Hmm…​ that for loop’s body looks awfully populated to me; maybe help50 can make some sense of it? Let’s attempt to recompile rocket, but this time prepend the command with help50. Perhaps this error message sheds more light onto the problem:

Helping with...

rocket.c:6:28: error: for loop has empty body [-Werror,-Wempty-body]

Try removing the semicolon directly after the closing parentheses of the for loop on line 6 of rocket.c.

Ahh, that helps! If you remove the semicolon and attempt to recompile, everything works as expected.

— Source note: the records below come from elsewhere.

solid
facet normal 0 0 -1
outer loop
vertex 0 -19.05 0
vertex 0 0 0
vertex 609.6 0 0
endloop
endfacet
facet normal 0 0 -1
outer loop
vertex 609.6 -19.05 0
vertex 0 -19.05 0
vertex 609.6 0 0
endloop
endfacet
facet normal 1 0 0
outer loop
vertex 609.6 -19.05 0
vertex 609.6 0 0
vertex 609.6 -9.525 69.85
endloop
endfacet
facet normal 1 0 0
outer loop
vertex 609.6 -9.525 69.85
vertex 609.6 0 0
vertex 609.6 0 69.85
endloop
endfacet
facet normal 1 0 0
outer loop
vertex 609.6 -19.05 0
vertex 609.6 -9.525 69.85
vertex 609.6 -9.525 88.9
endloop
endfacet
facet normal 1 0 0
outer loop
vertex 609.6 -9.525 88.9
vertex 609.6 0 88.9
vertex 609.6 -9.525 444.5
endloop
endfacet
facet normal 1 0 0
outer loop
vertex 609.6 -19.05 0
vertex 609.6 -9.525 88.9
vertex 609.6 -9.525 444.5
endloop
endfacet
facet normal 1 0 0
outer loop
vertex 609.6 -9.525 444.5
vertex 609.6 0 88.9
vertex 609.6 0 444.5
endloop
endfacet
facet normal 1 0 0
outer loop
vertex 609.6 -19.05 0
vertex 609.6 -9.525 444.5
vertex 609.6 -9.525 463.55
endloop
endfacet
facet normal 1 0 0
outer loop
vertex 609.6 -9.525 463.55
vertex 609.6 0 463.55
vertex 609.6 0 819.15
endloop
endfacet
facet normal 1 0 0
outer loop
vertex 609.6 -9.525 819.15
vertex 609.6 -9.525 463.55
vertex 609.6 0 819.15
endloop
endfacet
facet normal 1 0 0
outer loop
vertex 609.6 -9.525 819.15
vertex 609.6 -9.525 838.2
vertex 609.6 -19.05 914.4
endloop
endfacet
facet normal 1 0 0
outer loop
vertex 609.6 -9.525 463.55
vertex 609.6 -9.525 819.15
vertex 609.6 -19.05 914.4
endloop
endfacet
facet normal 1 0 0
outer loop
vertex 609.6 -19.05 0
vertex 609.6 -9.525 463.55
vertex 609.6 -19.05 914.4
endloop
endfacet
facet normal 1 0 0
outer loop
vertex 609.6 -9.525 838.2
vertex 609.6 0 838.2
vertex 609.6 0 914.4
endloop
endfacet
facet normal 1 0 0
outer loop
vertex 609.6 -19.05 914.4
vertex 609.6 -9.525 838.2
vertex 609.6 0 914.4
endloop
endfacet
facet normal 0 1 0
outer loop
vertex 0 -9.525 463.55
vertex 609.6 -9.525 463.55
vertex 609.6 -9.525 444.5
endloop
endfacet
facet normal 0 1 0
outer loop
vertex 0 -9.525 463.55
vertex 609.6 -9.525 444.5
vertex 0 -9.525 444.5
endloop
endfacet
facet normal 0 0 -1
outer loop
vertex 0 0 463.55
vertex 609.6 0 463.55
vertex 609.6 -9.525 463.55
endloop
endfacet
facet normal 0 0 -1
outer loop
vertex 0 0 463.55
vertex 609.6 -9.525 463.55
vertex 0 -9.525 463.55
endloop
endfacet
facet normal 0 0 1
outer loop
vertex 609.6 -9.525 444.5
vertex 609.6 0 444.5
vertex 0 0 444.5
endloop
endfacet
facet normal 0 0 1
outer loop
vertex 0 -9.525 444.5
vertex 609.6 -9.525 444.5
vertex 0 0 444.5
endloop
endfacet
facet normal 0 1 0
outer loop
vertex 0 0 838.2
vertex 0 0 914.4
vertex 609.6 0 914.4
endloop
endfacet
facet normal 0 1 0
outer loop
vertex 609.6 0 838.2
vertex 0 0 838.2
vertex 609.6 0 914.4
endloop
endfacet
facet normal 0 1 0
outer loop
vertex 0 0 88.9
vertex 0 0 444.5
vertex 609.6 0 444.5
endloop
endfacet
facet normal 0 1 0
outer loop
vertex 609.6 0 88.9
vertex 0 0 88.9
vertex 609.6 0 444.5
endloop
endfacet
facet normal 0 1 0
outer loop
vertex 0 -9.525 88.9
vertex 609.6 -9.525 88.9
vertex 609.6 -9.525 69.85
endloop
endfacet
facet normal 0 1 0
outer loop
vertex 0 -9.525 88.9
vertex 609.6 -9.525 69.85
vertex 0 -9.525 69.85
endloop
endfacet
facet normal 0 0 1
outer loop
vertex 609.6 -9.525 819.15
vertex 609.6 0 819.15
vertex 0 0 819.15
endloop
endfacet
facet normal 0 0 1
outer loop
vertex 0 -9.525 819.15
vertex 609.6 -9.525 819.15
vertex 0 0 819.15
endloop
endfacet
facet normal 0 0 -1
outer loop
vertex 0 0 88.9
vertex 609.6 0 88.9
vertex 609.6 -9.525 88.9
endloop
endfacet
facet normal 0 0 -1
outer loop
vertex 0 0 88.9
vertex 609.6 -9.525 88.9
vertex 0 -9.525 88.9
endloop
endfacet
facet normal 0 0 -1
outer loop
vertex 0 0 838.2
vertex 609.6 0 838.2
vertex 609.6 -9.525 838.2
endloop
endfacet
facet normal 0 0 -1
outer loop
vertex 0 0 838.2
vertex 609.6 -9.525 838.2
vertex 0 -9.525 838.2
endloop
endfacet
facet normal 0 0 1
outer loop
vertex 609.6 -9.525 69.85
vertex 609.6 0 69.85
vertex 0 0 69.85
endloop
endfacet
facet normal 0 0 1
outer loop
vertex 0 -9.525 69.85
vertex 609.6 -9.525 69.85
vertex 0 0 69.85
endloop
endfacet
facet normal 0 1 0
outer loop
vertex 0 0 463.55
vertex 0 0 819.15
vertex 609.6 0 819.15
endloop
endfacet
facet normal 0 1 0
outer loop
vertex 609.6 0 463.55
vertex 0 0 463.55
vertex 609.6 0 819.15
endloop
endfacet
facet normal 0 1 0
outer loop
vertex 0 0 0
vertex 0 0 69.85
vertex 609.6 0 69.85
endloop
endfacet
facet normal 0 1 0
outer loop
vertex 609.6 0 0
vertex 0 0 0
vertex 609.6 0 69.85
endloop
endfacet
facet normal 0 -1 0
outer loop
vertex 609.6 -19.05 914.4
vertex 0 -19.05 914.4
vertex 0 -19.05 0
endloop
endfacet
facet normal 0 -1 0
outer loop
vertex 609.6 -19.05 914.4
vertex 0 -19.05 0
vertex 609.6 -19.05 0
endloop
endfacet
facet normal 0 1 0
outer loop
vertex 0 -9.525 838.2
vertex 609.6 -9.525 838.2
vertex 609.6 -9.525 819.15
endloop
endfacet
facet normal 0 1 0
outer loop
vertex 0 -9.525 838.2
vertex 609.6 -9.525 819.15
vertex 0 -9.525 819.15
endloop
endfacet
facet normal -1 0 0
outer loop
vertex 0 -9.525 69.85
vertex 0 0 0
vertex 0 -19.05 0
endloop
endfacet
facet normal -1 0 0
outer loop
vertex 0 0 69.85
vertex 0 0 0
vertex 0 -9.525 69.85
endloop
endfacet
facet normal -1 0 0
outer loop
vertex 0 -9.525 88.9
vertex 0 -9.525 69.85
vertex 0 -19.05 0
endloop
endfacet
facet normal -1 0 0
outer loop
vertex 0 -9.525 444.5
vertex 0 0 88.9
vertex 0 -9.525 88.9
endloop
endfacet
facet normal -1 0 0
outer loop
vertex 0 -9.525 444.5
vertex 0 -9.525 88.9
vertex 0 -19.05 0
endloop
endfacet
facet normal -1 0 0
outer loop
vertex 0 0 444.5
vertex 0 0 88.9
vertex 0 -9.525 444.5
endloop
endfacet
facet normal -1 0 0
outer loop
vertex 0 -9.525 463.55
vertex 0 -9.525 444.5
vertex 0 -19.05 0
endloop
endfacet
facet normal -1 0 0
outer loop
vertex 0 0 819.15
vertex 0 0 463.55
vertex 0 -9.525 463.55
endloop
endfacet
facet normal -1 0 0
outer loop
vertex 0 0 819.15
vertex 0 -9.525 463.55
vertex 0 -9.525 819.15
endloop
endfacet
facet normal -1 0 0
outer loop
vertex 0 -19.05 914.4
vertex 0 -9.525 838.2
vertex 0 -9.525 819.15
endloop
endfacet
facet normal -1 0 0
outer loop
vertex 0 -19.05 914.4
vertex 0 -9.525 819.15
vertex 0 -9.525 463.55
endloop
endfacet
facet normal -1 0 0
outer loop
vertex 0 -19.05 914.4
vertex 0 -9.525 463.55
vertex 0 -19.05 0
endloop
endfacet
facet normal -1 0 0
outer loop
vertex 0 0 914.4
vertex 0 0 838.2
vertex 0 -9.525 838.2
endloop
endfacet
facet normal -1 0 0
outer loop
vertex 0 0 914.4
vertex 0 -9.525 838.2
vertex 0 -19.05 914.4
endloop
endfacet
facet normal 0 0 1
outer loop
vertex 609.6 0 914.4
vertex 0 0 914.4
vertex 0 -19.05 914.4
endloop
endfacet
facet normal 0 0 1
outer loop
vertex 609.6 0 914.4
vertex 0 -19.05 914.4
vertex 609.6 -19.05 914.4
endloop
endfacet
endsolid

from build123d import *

# Parameters (mm, degrees)
F0_W     = 609.6
F0_H     = 914.4
F1_DEPTH = 19.05
F2_W     = 609.6
F2_H     = 19.05
F3_DEPTH = 9.525


# Not quite as in the source:
# - a length typed as a fraction of an inch, garbled in the dataset ("3 / 203.2 mm" for 3/8 in), is restored


with BuildPart() as f1:
    # F0 (on Front) → F1 (new body)
    with BuildSketch(Plane.XZ):
        with Locations((304.8, 457.2)):
            Rectangle(F0_W, F0_H)
    extrude(amount=F1_DEPTH)

    # F2 (on face) → F3 (cut)
    with BuildSketch(Plane(origin=(0, 0, 0), x_dir=(-1, 0, 0), z_dir=(0, 1, 0))):
        with Locations((-304.8, 79.375)):
            Rectangle(F2_W, F2_H)
        with Locations((-304.8, 454.025)):
            Rectangle(F2_W, F2_H)
        with Locations((-304.8, 828.675)):
            Rectangle(F2_W, F2_H)
    extrude(amount=-F3_DEPTH, mode=Mode.SUBTRACT)


solid = f1.part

help50 works because the staff has written a series of "matchers" for different errors into its source code. Basically, we’ve written code that looks for certain types of error messages that clang or valgrind might output, and when one of those matchers, well, matches what we’re looking for, it outputs a more human-friendly translation of that message. Unfortunately, it seems the number of errors these programs can spit out is quite large, and help50 doesn’t yet have so-called "matchers" for all types of errors. In those cases, it’ll just tell you that it doesn’t know what to say.

Put yourself in the shoes of a TF or CA at office hours. If you see errors like the five below (which you or your classmates have actually experienced this semester!), how would you advise help50 to respond? A friendly one- or two-sentence note for each should suffice!

  • Problem Set 1:

    mario.c:19:27: error: invalid conversion specifier '
    ' [-Werror,-Wformat-invalid-specifier]
                    printf("%#\n", i);
                            ~~^
  • Problem Set 2:

    initials.c:13:10: error: definition of variable with array type needs an explicit size or an initializer
        char initials[];
             ^
  • Problem Set 3:

    find.c:53:16: error: non-object type 'bool (int, int *, int)' is not assignable
        if (search = true)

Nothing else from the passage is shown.